» DATA PROVIDED
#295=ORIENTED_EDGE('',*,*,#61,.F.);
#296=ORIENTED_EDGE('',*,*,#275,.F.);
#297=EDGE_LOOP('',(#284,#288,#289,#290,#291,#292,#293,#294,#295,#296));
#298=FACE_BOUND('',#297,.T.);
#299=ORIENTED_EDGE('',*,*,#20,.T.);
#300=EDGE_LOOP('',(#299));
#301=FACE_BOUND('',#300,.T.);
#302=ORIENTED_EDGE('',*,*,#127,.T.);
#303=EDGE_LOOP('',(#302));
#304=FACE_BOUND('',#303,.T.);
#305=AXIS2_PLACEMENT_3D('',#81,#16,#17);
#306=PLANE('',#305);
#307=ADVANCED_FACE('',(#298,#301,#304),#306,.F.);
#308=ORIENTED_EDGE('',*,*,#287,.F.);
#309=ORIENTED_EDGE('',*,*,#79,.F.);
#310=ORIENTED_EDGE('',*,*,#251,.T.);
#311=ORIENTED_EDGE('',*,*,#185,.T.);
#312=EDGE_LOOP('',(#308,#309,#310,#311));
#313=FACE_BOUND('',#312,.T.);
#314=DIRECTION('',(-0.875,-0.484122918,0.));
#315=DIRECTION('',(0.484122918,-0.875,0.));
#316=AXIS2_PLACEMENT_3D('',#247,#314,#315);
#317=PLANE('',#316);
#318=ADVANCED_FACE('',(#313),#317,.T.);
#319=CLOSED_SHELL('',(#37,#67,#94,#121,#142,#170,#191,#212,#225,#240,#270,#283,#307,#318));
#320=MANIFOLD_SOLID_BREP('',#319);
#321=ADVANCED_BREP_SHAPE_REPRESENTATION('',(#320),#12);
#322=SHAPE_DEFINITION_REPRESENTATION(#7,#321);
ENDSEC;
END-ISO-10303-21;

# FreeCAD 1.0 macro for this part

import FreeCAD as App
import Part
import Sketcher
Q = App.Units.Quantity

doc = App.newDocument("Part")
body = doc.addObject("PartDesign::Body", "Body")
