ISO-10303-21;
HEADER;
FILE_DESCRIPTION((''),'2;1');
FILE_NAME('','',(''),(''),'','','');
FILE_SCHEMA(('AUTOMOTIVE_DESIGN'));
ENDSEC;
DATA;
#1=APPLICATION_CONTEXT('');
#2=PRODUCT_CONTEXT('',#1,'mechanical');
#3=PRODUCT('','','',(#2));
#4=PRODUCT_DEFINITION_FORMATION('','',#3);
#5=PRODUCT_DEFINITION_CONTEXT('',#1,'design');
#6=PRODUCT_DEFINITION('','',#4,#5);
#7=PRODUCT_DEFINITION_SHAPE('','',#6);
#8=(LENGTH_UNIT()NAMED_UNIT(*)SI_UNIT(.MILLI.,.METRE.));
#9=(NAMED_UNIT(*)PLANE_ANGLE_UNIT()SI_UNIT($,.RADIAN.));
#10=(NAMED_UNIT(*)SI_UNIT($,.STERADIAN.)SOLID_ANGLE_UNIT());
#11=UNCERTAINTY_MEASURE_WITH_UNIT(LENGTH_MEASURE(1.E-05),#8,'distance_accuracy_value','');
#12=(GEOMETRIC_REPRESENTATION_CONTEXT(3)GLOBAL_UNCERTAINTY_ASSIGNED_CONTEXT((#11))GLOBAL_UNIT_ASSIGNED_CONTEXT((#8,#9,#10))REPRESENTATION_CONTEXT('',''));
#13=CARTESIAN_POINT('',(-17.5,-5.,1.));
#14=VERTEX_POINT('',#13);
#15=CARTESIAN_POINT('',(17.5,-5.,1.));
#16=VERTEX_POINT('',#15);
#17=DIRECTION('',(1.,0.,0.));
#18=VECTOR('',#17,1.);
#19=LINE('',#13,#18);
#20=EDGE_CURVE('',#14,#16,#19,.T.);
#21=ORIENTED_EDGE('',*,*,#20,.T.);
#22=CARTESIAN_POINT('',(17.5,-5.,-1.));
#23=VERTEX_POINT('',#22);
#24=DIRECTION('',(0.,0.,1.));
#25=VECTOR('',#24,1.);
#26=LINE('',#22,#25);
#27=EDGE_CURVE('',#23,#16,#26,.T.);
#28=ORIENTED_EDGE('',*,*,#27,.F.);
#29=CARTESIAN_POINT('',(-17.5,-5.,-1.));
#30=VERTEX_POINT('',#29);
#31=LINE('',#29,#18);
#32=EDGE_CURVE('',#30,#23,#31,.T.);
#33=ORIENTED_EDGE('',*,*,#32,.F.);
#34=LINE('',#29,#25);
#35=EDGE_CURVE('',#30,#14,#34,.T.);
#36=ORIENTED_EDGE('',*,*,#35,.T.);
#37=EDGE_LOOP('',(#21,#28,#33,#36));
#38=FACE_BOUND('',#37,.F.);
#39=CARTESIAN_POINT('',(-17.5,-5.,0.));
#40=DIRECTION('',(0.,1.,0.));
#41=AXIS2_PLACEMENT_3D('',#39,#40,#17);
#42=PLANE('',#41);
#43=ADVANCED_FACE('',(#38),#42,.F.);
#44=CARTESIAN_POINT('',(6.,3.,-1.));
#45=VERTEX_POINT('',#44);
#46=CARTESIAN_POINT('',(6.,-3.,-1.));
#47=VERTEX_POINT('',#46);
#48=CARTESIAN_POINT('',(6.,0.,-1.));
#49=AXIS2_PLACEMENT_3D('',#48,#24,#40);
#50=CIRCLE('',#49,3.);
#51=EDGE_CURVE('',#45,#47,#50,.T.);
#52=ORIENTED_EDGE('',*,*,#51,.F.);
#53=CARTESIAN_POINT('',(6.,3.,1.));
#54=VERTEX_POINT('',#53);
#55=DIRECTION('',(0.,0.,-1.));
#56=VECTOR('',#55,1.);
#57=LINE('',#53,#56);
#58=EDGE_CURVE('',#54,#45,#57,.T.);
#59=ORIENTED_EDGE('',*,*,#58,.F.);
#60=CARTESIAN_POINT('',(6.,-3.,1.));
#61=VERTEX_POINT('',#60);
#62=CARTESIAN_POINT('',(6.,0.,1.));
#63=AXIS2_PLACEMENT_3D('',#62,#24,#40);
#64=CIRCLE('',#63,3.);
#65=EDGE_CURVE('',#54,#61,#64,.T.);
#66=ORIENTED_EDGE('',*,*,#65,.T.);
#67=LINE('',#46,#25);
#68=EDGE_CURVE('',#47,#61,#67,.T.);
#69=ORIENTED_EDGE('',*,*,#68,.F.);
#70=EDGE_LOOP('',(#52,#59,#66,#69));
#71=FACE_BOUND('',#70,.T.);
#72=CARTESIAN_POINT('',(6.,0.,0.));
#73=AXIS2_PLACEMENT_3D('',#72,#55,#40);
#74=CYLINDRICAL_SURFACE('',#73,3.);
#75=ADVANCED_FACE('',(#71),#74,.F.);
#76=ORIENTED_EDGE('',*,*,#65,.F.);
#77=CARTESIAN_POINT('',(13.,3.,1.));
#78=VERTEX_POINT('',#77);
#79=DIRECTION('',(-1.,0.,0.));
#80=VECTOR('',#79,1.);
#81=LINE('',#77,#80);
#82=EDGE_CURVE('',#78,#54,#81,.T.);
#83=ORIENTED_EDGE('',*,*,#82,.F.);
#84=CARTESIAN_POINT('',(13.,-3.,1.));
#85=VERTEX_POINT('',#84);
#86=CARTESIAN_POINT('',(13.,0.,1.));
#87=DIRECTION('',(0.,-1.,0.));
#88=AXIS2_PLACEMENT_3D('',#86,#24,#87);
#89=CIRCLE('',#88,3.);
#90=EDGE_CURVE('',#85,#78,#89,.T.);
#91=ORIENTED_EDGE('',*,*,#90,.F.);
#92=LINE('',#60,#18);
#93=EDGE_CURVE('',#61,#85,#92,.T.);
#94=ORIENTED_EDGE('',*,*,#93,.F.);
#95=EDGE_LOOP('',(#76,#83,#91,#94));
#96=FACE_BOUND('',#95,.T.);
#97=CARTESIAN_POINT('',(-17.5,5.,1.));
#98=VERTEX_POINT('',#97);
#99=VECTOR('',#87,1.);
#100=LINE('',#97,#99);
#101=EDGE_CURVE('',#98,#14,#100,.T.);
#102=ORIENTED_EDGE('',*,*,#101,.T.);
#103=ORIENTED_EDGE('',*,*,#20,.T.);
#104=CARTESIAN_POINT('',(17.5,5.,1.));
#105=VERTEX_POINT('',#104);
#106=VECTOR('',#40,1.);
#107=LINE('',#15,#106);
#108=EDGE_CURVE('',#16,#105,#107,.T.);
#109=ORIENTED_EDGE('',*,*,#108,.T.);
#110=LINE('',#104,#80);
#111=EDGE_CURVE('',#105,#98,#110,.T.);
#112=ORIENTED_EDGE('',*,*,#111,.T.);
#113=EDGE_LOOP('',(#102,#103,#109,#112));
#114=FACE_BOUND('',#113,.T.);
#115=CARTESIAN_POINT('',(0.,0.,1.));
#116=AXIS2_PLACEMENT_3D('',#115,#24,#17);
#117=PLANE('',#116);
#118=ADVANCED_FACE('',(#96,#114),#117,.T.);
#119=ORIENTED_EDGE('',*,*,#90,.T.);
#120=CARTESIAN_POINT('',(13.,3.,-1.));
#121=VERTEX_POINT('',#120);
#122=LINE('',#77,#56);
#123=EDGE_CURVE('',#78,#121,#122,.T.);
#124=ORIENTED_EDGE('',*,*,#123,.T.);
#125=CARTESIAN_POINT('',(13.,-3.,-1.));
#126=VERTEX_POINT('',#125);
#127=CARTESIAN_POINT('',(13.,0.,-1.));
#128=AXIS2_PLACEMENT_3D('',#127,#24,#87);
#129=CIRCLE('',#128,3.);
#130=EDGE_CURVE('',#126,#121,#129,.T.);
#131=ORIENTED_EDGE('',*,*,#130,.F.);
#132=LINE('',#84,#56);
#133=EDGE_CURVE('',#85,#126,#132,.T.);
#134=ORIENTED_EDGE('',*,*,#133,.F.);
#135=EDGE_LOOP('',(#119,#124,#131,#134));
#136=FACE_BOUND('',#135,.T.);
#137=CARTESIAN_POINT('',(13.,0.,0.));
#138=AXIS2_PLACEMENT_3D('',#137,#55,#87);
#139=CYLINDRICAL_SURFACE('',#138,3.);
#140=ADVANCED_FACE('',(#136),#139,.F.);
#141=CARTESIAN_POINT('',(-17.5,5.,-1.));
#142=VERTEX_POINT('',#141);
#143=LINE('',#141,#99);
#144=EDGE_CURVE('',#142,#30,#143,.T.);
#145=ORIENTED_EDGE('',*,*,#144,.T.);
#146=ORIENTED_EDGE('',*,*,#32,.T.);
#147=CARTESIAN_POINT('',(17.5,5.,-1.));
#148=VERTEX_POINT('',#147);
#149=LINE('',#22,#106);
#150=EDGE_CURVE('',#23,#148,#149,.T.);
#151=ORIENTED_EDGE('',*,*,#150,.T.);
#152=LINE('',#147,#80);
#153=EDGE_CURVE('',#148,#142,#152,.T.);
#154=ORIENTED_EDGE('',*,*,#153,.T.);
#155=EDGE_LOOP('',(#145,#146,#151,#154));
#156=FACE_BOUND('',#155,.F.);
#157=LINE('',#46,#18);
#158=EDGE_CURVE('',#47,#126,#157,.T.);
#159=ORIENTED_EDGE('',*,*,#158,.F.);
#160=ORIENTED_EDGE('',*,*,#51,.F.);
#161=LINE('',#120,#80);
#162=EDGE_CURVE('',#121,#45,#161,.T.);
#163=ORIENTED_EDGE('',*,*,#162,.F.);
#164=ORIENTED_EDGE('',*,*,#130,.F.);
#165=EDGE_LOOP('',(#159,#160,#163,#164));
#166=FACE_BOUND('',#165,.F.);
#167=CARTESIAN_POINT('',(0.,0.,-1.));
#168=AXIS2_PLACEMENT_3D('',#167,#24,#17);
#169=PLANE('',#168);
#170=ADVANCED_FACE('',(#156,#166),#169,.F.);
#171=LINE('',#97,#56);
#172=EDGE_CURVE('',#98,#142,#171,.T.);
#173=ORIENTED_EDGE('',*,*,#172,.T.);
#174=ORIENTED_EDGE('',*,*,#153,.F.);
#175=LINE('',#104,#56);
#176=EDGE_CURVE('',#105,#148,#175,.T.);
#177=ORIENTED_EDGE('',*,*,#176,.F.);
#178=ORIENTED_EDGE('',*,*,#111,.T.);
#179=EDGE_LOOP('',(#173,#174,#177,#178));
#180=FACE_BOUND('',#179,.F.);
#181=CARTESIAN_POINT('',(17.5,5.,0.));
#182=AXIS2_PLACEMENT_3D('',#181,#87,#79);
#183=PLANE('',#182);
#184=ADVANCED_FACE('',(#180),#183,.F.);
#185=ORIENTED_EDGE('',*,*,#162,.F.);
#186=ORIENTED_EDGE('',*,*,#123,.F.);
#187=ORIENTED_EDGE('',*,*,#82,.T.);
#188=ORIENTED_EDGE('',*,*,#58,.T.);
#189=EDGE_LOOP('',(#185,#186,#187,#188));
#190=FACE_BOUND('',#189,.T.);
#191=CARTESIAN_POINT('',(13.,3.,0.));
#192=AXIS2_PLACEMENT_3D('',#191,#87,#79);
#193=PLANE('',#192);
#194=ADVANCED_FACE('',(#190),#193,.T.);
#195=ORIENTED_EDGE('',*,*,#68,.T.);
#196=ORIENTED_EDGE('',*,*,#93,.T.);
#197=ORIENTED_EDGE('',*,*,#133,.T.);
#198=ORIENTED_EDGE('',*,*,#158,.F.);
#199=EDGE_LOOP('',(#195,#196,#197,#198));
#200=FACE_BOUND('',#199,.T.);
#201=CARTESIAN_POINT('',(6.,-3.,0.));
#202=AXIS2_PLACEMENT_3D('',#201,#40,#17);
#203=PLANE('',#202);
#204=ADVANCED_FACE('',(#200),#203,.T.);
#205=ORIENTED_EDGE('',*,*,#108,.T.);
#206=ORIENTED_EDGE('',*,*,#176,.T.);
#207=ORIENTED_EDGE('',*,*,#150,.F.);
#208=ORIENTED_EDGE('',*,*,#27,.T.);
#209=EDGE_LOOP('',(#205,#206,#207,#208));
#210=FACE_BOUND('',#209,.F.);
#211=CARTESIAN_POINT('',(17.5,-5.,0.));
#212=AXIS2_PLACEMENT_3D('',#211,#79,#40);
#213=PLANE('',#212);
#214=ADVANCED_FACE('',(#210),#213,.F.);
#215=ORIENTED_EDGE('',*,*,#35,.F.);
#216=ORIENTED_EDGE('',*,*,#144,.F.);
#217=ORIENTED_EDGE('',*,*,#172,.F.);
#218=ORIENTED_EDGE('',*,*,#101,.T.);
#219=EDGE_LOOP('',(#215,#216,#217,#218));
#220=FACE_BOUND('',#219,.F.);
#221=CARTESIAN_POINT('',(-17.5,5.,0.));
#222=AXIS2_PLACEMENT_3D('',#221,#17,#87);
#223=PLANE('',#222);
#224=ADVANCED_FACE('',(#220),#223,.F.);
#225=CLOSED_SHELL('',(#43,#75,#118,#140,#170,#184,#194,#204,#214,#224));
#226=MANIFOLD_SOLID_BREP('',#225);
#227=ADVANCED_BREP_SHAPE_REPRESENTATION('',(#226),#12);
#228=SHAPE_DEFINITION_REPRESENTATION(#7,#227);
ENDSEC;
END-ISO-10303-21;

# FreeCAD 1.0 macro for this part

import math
import FreeCAD as App
import Part
import Sketcher
from FreeCAD import Vector


def add_polygon(sketch, points):
    """Adds a closed chain of lines whose ends are joined by coincident constraints."""
    first, n = sketch.GeometryCount, len(points)
    for a, b in zip(points, points[1:] + points[:1]):
        sketch.addGeometry(Part.LineSegment(App.Vector(*a, 0), App.Vector(*b, 0)), False)
    for i in range(n):
        sketch.addConstraint(Sketcher.Constraint("Coincident", first + i, 2, first + (i + 1) % n, 1))

doc = App.newDocument("Part")
body = doc.addObject("PartDesign::Body", "Body")

# Sketch on XY plane
sketch1 = body.newObject("Sketcher::SketchObject", "Sketch")
sketch1.AttachmentSupport = (doc.getObject("XY_Plane"), [""])
sketch1.MapMode = "FlatFace"
add_polygon(sketch1, [(-17.5, 5), (-17.5, -5), (17.5, -5), (17.5, 5)])  # lines 0-3
sketch1.addGeometry(Part.LineSegment(Vector(13, -3, 0), Vector(6, -3, 0)), False)  # 4
sketch1.addGeometry(Part.ArcOfCircle(Part.Circle(Vector(6, 0, 0), Vector(0, 0, 1), 3), math.radians(90), math.radians(270)), False)  # 5
sketch1.addGeometry(Part.LineSegment(Vector(6, 3, 0), Vector(13, 3, 0)), False)  # 6
sketch1.addGeometry(Part.ArcOfCircle(Part.Circle(Vector(13, 0, 0), Vector(0, 0, 1), 3), math.radians(-90), math.radians(90)), False)  # 7
sketch1.addConstraint([
    Sketcher.Constraint("Tangent", 4, 2, 5, 2),
    Sketcher.Constraint("Tangent", 5, 1, 6, 1),
    Sketcher.Constraint("Tangent", 6, 2, 7, 2),
    Sketcher.Constraint("Tangent", 7, 1, 4, 1),
    Sketcher.Constraint("Vertical", 0),
    Sketcher.Constraint("Horizontal", 1),
    Sketcher.Constraint("Vertical", 2),
    Sketcher.Constraint("Horizontal", 3),
    Sketcher.Constraint("Horizontal", 4),
    Sketcher.Constraint("Horizontal", 6),
    Sketcher.Constraint("Symmetric", 0, 2, 2, 2, -1, 1),
    Sketcher.Constraint("PointOnObject", 5, 3, -1),
    Sketcher.Constraint("Radius", 5, 3.0),
    Sketcher.Constraint("DistanceX", 1, 1, 1, 2, 35.0),
    Sketcher.Constraint("DistanceX", 4, 2, 4, 1, 7.0),
    Sketcher.Constraint("DistanceY", 0, 2, 0, 1, 10.0),
    Sketcher.Constraint("DistanceX", -1, 1, 5, 3, 6.0),
])
pad1 = body.newObject("PartDesign::Pad", "Pad")
pad1.Profile = sketch1
pad1.Length = 2
pad1.Midplane = True

doc.recompute()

» EXERCISE DESCRIPTION
When you reach the line in the material above that holds "#174=ORIENTED_EDGE('',*,*,#153,.F.);", begin reproducing lines exactly, and stop after the line that holds "#227=ADVANCED_BREP_SHAPE_REPRESENTATION('',(#226),#12);".

» RESULT FOR THIS EXERCISE
#174=ORIENTED_EDGE('',*,*,#153,.F.);
#175=LINE('',#104,#56);
#176=EDGE_CURVE('',#105,#148,#175,.T.);
#177=ORIENTED_EDGE('',*,*,#176,.F.);
#178=ORIENTED_EDGE('',*,*,#111,.T.);
#179=EDGE_LOOP('',(#173,#174,#177,#178));
#180=FACE_BOUND('',#179,.F.);
#181=CARTESIAN_POINT('',(17.5,5.,0.));
#182=AXIS2_PLACEMENT_3D('',#181,#87,#79);
#183=PLANE('',#182);
#184=ADVANCED_FACE('',(#180),#183,.F.);
#185=ORIENTED_EDGE('',*,*,#162,.F.);
#186=ORIENTED_EDGE('',*,*,#123,.F.);
#187=ORIENTED_EDGE('',*,*,#82,.T.);
#188=ORIENTED_EDGE('',*,*,#58,.T.);
#189=EDGE_LOOP('',(#185,#186,#187,#188));
#190=FACE_BOUND('',#189,.T.);
#191=CARTESIAN_POINT('',(13.,3.,0.));
#192=AXIS2_PLACEMENT_3D('',#191,#87,#79);
#193=PLANE('',#192);
#194=ADVANCED_FACE('',(#190),#193,.T.);
#195=ORIENTED_EDGE('',*,*,#68,.T.);
#196=ORIENTED_EDGE('',*,*,#93,.T.);
#197=ORIENTED_EDGE('',*,*,#133,.T.);
#198=ORIENTED_EDGE('',*,*,#158,.F.);
#199=EDGE_LOOP('',(#195,#196,#197,#198));
#200=FACE_BOUND('',#199,.T.);
#201=CARTESIAN_POINT('',(6.,-3.,0.));
#202=AXIS2_PLACEMENT_3D('',#201,#40,#17);
#203=PLANE('',#202);
#204=ADVANCED_FACE('',(#200),#203,.T.);
#205=ORIENTED_EDGE('',*,*,#108,.T.);
#206=ORIENTED_EDGE('',*,*,#176,.T.);
#207=ORIENTED_EDGE('',*,*,#150,.F.);
#208=ORIENTED_EDGE('',*,*,#27,.T.);
#209=EDGE_LOOP('',(#205,#206,#207,#208));
#210=FACE_BOUND('',#209,.F.);
#211=CARTESIAN_POINT('',(17.5,-5.,0.));
#212=AXIS2_PLACEMENT_3D('',#211,#79,#40);
#213=PLANE('',#212);
#214=ADVANCED_FACE('',(#210),#213,.F.);
#215=ORIENTED_EDGE('',*,*,#35,.F.);
#216=ORIENTED_EDGE('',*,*,#144,.F.);
#217=ORIENTED_EDGE('',*,*,#172,.F.);
#218=ORIENTED_EDGE('',*,*,#101,.T.);
#219=EDGE_LOOP('',(#215,#216,#217,#218));
#220=FACE_BOUND('',#219,.F.);
#221=CARTESIAN_POINT('',(-17.5,5.,0.));
#222=AXIS2_PLACEMENT_3D('',#221,#17,#87);
#223=PLANE('',#222);
#224=ADVANCED_FACE('',(#220),#223,.F.);
#225=CLOSED_SHELL('',(#43,#75,#118,#140,#170,#184,#194,#204,#214,#224));
#226=MANIFOLD_SOLID_BREP('',#225);
#227=ADVANCED_BREP_SHAPE_REPRESENTATION('',(#226),#12);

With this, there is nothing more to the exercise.